As one of the largest and most recognisable insurance brands in the UK, I believe Direct Line would make a great addition to any investors portfolio.
The insurance business is, by nature, highly cash generative and profitable if companies are run effectively, although if businesses are mismanaged, the losses can be devastating. Direct Line is a well-managed business as evidenced by its return on equity — a measure of how much profit the company earns in comparison to the total amount of shareholder equity on the balance sheet — of 15.2% for 2017. This ratio puts the enterprise in the top 25% of the most efficient public businesses in the UK. Further, these high returns mean that the business is throwing off plenty of cash.
Management has decided to return the bulk of this cash to investors. The City is expecting Direct Line to distribute 28p per share as a dividend in 2018, equivalent to a dividend yield of 8.3% of current prices. A similar amount is expected in 2019.
I’m excited by these dividend credentials. You can get your hands on this income today for just 11 times forward earnings.
If you are looking to build a second income stream with FTSE 100 stocks, Direct Line is indeed worth further research.
Another FTSE 100 income play that could help you generate a second income is Marks & Spencer (LSE: MKS). Marks might be struggling when it comes to competing with online retailers, but the company’s cash generation is what makes me believe that this is a top dividend stock.

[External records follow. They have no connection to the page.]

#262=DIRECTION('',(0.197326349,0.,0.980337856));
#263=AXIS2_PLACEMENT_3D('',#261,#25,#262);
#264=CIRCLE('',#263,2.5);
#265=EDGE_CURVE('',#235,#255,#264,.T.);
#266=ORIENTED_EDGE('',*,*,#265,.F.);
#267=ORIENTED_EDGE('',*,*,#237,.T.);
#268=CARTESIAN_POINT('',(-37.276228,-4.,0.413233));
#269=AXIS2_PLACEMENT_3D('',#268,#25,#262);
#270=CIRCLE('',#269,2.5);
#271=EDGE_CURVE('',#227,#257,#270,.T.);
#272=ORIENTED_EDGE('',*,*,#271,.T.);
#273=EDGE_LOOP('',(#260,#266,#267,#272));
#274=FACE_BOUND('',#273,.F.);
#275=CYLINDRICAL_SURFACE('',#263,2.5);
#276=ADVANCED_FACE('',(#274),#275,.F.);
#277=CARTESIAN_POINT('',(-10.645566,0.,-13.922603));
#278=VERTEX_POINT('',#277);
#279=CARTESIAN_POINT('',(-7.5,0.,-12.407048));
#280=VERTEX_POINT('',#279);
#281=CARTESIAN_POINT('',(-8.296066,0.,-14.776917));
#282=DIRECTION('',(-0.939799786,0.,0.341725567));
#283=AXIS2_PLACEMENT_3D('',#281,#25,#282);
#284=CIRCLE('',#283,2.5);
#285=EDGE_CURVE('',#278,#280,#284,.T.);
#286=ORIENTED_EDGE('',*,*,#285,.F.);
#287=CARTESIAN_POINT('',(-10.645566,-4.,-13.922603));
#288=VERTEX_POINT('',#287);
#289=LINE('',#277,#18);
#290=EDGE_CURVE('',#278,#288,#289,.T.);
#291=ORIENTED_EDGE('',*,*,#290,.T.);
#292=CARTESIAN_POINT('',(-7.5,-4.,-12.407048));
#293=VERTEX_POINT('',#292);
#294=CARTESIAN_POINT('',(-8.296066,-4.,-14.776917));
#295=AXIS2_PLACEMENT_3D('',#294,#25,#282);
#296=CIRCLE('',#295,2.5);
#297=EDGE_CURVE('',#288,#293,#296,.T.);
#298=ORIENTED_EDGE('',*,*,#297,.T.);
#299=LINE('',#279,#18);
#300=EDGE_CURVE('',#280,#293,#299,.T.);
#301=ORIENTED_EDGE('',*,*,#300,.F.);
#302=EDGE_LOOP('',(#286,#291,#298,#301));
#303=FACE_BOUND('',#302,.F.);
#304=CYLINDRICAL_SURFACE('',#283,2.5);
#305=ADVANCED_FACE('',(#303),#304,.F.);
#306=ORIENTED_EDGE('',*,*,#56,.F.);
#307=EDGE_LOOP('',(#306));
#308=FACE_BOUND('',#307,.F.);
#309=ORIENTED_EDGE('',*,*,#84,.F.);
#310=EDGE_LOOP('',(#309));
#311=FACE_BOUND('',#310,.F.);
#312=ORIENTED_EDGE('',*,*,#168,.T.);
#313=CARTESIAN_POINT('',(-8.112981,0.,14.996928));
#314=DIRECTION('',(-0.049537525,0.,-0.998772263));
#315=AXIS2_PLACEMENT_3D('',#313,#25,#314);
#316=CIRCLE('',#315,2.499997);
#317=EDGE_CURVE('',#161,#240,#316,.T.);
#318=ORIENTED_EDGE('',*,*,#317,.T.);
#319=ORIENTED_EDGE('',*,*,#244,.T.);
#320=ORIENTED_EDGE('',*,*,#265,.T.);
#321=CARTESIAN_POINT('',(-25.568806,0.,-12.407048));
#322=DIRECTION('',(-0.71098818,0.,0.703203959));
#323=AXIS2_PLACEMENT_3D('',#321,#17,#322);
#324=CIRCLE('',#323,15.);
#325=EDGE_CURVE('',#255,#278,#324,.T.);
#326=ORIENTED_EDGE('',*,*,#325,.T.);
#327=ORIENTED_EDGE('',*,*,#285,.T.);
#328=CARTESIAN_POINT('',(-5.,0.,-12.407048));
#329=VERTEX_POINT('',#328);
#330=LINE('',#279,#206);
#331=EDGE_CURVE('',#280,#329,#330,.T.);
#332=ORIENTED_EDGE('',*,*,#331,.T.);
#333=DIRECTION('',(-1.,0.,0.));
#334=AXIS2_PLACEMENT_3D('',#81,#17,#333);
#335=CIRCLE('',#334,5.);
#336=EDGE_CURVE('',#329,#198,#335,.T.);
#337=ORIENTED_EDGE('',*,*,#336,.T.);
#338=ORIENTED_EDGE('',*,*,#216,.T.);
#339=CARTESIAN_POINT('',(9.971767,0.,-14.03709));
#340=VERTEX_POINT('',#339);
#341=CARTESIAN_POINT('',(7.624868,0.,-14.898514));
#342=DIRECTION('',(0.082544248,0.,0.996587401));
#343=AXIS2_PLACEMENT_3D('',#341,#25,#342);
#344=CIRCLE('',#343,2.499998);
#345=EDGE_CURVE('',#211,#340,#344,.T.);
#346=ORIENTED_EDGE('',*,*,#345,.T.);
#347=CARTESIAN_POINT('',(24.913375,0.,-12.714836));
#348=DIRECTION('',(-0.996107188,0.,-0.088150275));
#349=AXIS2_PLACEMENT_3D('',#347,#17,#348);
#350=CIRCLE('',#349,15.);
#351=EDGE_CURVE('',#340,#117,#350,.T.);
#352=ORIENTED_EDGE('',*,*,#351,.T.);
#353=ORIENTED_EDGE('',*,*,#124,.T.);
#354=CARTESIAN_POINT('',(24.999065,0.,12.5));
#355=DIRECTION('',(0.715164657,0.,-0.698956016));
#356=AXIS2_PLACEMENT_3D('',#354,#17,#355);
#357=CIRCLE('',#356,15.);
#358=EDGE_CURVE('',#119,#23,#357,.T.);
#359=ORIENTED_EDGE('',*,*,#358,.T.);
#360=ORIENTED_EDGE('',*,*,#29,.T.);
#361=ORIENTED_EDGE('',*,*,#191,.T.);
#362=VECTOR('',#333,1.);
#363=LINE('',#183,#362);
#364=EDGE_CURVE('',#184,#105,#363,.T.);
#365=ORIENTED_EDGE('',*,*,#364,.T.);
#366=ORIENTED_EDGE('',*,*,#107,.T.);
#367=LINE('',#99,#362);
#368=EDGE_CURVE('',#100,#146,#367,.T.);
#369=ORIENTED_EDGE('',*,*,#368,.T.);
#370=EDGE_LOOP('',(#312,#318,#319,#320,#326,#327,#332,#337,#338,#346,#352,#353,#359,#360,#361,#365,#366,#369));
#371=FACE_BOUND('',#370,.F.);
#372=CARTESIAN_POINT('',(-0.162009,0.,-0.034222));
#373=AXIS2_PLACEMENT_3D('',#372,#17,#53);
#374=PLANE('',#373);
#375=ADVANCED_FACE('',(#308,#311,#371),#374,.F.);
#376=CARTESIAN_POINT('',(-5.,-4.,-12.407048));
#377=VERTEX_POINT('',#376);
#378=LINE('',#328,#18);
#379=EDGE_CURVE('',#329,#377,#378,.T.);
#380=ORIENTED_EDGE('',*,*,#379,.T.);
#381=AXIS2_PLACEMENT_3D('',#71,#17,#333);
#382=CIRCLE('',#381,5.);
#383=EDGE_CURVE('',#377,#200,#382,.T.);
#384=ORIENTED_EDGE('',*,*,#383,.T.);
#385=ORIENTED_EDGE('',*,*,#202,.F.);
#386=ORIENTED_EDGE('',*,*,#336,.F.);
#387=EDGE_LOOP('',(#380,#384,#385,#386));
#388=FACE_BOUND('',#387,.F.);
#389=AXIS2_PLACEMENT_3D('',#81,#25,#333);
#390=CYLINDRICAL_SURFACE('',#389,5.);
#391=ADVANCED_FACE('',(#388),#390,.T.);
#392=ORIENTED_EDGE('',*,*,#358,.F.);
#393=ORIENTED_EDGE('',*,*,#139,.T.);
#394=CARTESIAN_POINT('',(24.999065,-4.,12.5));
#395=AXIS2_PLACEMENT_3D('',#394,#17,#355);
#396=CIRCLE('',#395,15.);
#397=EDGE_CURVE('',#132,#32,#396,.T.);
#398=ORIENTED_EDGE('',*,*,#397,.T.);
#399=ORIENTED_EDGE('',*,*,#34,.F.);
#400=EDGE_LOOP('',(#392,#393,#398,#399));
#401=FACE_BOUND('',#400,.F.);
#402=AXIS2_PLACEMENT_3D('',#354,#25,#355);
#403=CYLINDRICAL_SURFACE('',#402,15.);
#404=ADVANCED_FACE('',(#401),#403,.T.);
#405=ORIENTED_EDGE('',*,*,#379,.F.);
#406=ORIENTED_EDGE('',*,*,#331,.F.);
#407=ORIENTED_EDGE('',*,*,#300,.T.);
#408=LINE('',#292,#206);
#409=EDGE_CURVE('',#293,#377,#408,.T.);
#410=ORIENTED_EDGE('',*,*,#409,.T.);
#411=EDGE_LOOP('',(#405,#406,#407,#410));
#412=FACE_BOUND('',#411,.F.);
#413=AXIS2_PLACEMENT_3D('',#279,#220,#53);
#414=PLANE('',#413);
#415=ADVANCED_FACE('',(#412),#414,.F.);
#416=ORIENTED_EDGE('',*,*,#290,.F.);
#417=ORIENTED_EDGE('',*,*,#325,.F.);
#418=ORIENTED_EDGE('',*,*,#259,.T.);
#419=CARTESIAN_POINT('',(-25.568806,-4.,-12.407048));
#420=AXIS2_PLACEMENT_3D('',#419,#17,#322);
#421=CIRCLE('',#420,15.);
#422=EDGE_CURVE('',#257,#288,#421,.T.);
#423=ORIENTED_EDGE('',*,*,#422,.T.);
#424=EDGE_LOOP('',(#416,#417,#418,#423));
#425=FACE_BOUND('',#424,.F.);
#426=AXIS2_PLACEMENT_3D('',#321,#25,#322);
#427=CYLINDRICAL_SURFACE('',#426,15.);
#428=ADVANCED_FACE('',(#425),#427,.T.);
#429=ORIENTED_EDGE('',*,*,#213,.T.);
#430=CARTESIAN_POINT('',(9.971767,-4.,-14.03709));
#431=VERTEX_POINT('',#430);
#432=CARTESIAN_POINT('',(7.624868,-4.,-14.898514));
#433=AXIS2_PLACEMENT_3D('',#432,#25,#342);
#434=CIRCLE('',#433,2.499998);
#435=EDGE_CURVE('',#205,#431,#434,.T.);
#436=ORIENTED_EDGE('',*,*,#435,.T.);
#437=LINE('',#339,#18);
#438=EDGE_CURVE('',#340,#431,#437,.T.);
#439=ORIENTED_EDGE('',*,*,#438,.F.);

For the year ended 31 March, the group generated £582m of free cash flow before adjusting items. Total cash generated from operations during the period was £850m, easily covering the dividend requirement of £303m.
These numbers indicate to me that even if Marks continues to struggle to regain its position at the top of the UK retail industry, it will remain an income champion for investors. There’s plenty of cash to both invest in operations and pay shareholders.
At the current rate, the dividend of 18.7p per share gives a dividend yield of 6%, and as mentioned above, is covered nearly twice by free cash flow from operations. On top of this market-beating dividend yield, the shares also look attractive on a valuation basis, trading at 11.7 times forward earnings.
These numbers are enough to convince me that Marks is a decent income play for any portfolio.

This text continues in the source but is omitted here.